アテンダーとしてタレントの女の子を紹介しながらバーも全国に展開していった。俺はアテンド自体でおカネを稼いでいるわけやない。基本は友だちや。せやから、俺がアテンドすることで友だちの人生がマイナスになるようなことはしないようにしていた。
「女の子を紹介してくれ」と言ってくる客は、タレントばかりではない。経営者にアスリートと職業は多彩や。
その中でアスリートについては、意識的になるべくからまんようにしてきた。
芸人や俳優、アーティストは、女遊びをやればやっただけ芸の肥やしになる。色気も出てくる。きれいな女の子にキャーキャー言われることがモチベーションになり、ますます仕事をがんばる人間が多い。けどアスリートだけは、アテンダーが女の子を紹介するとダメになってまうケースが多い。
大宮アルディージャの氏家英行は、トルシエ監督の時代に日本代表選手に選ばれるほど活躍した。ものすごい才能やったけど俺が女の子を紹介してあげたら、女遊びにハマってどんどんダメになっていったように見えた。名前は忘れてもうたが、横浜マリノスにいたサッカー選手も、俺が女の子を紹介した瞬間にホンマに見事にダメになった。
「しまった。アスリートに女を当てがうのは絶対アカンな。俺がアテンダーをやるせいで、あいつらのアスリート人生が終わってまう」
そう気づいてからは、アスリートから頼まれてもなんやかや言うてはぐらかし、女の子は紹介せんようになった。
アスリートは総じて性欲がムチャクチャ強い。性欲の塊、男根が服を着て歩いてると言ってもええくらいや。そのくらい肉体的に強いから一流になるわけや。よっぽど意思が強くストイックでなければ、あいつらは女性への性欲には勝てん。性欲に呑まれて、アスリートとしての本業の仕事がおろそかになってまう。
プロ野球は毎日のように試合があるから、シーズン中はムチャクチャハードや。

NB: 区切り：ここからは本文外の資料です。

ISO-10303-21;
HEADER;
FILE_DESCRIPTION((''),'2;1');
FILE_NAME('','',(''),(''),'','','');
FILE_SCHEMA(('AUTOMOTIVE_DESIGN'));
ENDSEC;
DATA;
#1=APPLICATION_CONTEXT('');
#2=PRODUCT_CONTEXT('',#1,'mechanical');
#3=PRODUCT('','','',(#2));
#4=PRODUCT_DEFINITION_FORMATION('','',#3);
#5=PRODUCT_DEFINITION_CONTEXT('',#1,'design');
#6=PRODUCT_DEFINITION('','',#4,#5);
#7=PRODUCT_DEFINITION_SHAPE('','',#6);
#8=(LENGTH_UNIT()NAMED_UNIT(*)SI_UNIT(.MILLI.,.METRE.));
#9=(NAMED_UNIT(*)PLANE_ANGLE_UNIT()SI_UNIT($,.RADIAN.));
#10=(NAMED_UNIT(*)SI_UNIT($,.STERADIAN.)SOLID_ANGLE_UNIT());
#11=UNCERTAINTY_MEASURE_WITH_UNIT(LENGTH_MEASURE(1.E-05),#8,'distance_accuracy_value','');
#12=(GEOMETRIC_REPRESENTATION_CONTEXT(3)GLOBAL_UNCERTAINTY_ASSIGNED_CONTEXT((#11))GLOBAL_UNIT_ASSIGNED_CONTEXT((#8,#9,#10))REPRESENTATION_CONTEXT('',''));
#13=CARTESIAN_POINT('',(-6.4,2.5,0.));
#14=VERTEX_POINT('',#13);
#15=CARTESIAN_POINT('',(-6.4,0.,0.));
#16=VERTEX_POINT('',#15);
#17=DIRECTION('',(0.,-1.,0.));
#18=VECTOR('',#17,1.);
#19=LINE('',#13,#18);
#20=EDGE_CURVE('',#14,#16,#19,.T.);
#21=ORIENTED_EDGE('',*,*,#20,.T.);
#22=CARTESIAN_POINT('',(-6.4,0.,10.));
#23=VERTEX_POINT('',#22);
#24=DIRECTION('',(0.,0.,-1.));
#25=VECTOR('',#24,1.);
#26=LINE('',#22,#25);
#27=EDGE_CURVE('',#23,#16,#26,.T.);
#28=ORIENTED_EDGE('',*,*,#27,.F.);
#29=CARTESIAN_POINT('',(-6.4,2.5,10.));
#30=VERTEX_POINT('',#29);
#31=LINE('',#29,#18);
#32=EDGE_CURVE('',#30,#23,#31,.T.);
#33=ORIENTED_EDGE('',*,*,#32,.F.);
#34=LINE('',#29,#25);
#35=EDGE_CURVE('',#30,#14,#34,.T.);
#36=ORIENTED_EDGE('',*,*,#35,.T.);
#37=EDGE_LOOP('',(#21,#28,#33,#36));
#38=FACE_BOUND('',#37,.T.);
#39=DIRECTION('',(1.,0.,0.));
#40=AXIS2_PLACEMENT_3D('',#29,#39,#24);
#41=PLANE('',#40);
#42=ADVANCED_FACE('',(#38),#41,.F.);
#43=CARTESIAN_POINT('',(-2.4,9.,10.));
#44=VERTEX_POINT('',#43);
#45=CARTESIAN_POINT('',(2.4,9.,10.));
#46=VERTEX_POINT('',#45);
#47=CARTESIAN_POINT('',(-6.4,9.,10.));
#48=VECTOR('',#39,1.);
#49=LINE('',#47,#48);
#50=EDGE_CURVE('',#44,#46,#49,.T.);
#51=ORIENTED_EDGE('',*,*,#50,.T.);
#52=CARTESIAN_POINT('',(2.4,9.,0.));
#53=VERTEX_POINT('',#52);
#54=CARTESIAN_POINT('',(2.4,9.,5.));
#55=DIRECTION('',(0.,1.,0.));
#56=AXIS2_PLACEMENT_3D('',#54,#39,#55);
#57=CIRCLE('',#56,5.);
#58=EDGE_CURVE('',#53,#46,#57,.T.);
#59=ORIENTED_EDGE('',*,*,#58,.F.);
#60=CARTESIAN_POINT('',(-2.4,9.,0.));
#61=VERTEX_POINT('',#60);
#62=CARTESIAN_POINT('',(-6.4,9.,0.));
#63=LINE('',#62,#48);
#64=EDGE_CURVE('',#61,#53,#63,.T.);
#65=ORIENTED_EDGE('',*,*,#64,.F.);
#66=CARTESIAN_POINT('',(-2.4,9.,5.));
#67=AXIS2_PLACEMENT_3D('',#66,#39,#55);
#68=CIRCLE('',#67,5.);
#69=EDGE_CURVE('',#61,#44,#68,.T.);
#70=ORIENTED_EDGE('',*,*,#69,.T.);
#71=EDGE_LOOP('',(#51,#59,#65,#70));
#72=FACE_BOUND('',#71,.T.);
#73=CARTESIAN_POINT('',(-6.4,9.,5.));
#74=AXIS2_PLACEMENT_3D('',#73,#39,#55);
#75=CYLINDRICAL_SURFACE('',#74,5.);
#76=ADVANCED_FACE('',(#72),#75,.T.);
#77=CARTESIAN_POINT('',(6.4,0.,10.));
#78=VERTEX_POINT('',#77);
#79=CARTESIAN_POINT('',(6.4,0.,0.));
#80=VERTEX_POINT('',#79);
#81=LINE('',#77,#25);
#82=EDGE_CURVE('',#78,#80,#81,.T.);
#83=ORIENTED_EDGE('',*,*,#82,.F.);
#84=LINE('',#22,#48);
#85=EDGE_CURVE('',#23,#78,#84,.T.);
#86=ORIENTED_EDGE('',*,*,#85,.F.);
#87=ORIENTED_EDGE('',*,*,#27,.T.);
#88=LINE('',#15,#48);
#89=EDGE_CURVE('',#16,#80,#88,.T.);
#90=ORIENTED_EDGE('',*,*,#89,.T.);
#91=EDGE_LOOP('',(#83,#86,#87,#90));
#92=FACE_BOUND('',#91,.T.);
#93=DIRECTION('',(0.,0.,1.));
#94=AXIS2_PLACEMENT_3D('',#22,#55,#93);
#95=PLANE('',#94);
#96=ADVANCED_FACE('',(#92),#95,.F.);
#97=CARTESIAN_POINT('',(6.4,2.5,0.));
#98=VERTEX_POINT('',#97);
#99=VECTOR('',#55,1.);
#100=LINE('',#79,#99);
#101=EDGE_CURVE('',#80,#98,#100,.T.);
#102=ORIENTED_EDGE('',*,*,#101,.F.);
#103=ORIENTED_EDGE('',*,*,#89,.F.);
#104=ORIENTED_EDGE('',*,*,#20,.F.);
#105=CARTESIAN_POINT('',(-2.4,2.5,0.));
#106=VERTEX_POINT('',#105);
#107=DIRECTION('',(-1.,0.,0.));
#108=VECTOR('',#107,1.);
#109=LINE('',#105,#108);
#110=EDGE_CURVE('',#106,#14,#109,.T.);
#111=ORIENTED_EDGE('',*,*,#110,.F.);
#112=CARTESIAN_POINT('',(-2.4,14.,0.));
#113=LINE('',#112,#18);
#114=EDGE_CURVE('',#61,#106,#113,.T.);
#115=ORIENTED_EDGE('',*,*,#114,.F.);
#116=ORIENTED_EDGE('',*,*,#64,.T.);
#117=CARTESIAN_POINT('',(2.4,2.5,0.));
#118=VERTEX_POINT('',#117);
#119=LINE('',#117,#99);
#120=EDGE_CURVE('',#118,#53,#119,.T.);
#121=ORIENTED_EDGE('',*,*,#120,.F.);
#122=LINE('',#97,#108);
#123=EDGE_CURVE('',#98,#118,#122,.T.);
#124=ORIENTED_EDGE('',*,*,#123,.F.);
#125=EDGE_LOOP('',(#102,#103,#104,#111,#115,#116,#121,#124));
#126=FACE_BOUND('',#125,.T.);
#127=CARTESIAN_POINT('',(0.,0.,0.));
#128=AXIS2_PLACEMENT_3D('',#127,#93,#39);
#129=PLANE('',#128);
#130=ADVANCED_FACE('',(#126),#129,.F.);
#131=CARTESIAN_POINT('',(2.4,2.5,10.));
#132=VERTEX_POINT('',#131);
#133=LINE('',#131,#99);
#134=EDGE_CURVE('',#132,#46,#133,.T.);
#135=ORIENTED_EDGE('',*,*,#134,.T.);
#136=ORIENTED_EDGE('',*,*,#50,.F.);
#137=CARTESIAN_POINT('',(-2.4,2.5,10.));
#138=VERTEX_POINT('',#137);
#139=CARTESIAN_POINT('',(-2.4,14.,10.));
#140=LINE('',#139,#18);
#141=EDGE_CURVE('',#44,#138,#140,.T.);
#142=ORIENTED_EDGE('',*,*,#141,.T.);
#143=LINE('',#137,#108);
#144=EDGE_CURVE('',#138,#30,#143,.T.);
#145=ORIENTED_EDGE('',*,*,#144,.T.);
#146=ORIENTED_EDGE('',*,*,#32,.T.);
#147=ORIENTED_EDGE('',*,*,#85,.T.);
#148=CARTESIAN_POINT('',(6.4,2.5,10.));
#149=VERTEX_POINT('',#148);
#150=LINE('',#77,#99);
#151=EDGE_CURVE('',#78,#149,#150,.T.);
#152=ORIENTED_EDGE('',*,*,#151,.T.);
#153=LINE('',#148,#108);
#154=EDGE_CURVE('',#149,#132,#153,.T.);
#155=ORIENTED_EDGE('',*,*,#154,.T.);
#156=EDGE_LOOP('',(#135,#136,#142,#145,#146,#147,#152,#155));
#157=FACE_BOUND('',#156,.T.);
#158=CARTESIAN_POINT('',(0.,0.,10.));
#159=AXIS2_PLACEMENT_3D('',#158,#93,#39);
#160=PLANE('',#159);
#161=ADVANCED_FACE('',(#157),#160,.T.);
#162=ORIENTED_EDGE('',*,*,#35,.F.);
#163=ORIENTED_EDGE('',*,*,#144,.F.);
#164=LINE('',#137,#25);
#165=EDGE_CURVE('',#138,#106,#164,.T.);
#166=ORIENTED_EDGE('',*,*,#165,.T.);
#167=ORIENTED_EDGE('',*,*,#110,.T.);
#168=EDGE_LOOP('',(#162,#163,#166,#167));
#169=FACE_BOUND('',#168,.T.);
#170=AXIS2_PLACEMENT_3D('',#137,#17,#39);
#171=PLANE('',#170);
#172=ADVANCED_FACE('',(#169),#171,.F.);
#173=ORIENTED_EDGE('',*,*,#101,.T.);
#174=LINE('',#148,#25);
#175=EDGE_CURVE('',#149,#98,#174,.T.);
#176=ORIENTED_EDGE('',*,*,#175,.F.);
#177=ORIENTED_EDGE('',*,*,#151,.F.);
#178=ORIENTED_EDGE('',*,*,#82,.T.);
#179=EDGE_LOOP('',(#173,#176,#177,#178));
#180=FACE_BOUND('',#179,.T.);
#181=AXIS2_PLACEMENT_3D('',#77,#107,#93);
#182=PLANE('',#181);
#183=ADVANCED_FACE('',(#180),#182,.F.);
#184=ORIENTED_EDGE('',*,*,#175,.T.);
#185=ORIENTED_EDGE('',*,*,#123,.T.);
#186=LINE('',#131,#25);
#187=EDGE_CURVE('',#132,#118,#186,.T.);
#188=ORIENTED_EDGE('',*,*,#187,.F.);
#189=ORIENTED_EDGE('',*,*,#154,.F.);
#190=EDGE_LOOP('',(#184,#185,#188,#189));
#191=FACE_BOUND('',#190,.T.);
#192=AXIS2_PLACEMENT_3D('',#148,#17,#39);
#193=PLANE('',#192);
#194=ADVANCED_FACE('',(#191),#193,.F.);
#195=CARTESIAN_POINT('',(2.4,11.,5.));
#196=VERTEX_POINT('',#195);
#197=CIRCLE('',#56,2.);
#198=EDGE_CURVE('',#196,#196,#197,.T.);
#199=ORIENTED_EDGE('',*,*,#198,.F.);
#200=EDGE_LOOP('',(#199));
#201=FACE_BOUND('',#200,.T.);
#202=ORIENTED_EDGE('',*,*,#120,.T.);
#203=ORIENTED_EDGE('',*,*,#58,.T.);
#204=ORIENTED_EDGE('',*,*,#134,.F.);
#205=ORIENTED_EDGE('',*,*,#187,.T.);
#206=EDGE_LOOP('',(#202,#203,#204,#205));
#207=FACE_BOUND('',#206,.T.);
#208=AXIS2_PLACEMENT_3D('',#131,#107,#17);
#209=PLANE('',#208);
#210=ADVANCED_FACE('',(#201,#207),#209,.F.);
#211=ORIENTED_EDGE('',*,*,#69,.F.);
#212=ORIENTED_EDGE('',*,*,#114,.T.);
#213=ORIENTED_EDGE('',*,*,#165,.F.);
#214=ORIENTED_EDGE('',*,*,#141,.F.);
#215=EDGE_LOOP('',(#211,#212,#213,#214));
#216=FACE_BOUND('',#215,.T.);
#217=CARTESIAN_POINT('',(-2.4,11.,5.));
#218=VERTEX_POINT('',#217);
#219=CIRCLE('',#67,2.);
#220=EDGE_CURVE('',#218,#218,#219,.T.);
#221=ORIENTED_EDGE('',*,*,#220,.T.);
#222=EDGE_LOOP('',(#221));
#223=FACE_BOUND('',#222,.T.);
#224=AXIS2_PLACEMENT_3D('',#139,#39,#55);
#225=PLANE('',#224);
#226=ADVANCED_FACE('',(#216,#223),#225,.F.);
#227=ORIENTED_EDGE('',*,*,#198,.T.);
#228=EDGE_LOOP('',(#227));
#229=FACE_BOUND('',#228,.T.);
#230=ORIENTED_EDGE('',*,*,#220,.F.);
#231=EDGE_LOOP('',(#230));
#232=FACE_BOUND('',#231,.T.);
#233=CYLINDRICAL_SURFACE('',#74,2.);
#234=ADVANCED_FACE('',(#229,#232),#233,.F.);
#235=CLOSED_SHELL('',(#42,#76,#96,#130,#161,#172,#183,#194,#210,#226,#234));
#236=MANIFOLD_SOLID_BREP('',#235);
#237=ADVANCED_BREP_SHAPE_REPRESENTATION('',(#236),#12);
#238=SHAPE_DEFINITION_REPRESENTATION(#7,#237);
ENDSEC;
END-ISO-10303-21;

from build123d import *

# Parameters (mm, degrees)
EXTRUDE_1_DEPTH     = 10
SKETCH_2_OUTSIDE_W  = 16.288
SKETCH_2_OUTSIDE_H  = 20.288
SKETCH_2_OUTSIDE_R  = 2
CUT_EXTRUDE_3_DEPTH = 20.324595727


with BuildPart() as part:
    # Эскиз1 → Бобышка-Вытянуть1 (new body)
    with BuildSketch(Plane.XY):
        Polygon((-6.4, 0), (6.4, 0), (6.4, 2.5), (2.4, 2.5), (2.4, 14), (-2.4, 14), (-2.4, 2.5), (-6.4, 2.5), align=None)
    extrude(amount=EXTRUDE_1_DEPTH)

    # Эскиз2 outside → Вырез-Вытянуть3 (cut, through all)
    # profile 1 of 2: a face of its own
    with BuildSketch(Plane(origin=(2.4, 0, 0), x_dir=(0, 0, -1), z_dir=(1, 0, 0))):
        with Locations((-5, 7)):
            Rectangle(SKETCH_2_OUTSIDE_W, SKETCH_2_OUTSIDE_H)
        with BuildLine():
            Line((-10, 9), (-10, 0))
            Line((-10, 0), (0, 0))
            Line((0, 0), (0, 9))
            ThreePointArc((0, 9), (-5, 14), (-10, 9))
        make_face(mode=Mode.SUBTRACT)
    # profile 2 of 2: a face of its own
    with BuildSketch(Plane(origin=(2.4, 0, 0), x_dir=(0, 0, -1), z_dir=(1, 0, 0))):
        with Locations(Location((-5, 9, 0), (0, 0, 90))):
            Circle(SKETCH_2_OUTSIDE_R)
    extrude(amount=-CUT_EXTRUDE_3_DEPTH, mode=Mode.SUBTRACT)


solid = part.part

試合がない日は地方への移動日やったりするし、遊びたくてもそんなには遊べない。
Jリーグは試合間隔がプロ野球ほどハードやないから、試合と試合の合間にインターバルが空く。ピッチを90分間走りまわった体を休め、メンテナンスするべき休暇日に女遊びしまくっとったら、サッカーがダメになっていくのは当然や。
若いうちから海外リーグに移籍したほうがいいのは、サッカーだけに集中できるというのも大きいんやろうな。

 


小出恵介をハメた美人局の正体

アミューズが所属タレントの危機管理に力を入れ始めたころ、アドバイザーとして非公式に協力を求められたことがある。「大阪の××とは関わったら絶対アカン」「東京の要注意人物はコイツとコイツや」と危ないアテンダーの固有名詞をコソッと全部教えた。ヤバイ人間が出入りするバーの名前も全部教えたもんや。
当時の人気俳優・小出恵介がハメられ、芸能界から何年も追放されたことがある。17歳の女子校生と酒を飲んでセックスしたことが、2017年に「FRIDAY」に暴かれてしもたんや。CMは打ち切り、出演ドラマや映画は何本も撮り直しやお蔵入りになった。違約金が何千万円にのぼったのかは想像もつかん。
小出君をハメた人間が誰かを俺は知っとる。
その不良は、イベントに参加しとったかわいい女子高生を未成年と知りながら小出君に紹介した。小出君が見事にハマってくれたのを見届けて、このネタで脅してカネにしようと考えた。巧妙に仕組まれた美人局や。
世の中には、何歳になっても20歳に見える童顔の女性もおる。反対に、ちょっと年上に見える女の子だっておる。身分証明書でも提示してもらわん限り、女の子の実年齢なんて誰にも正確には当てられん。飲みの席で「免許証か保険証を見せてくれる?」なんて尋ねるのは野暮の極みや。「20歳で~す」「21歳で~す」と自己紹介されたら、疑うことなく普通に飲むのが当たり前や。
相手が未成年の女子校生だとわかっとったら、人気芸能人が酒を飲んだりホテルに行ったりせんだろう。20歳以上だと信じてたのにハメられたんやから、小出君はむしろ被害者や。なのに淫行犯罪者のようによってたかって非難して、芸能界の第一線から引きずり下ろす。いくらなんでもあんまりや。
筋の悪いアテンダーに引っかかったら最後、芸能人の人生が一発で終わってまう。自分の顔と名前が売れてると自覚がある人は、遊び方にはくれぐれも気ぃつけてくれよ。

 

 


解説

ガーシーの語る裏社会の話は、聞いている分には面白いですが、あまり近づきたくないですね。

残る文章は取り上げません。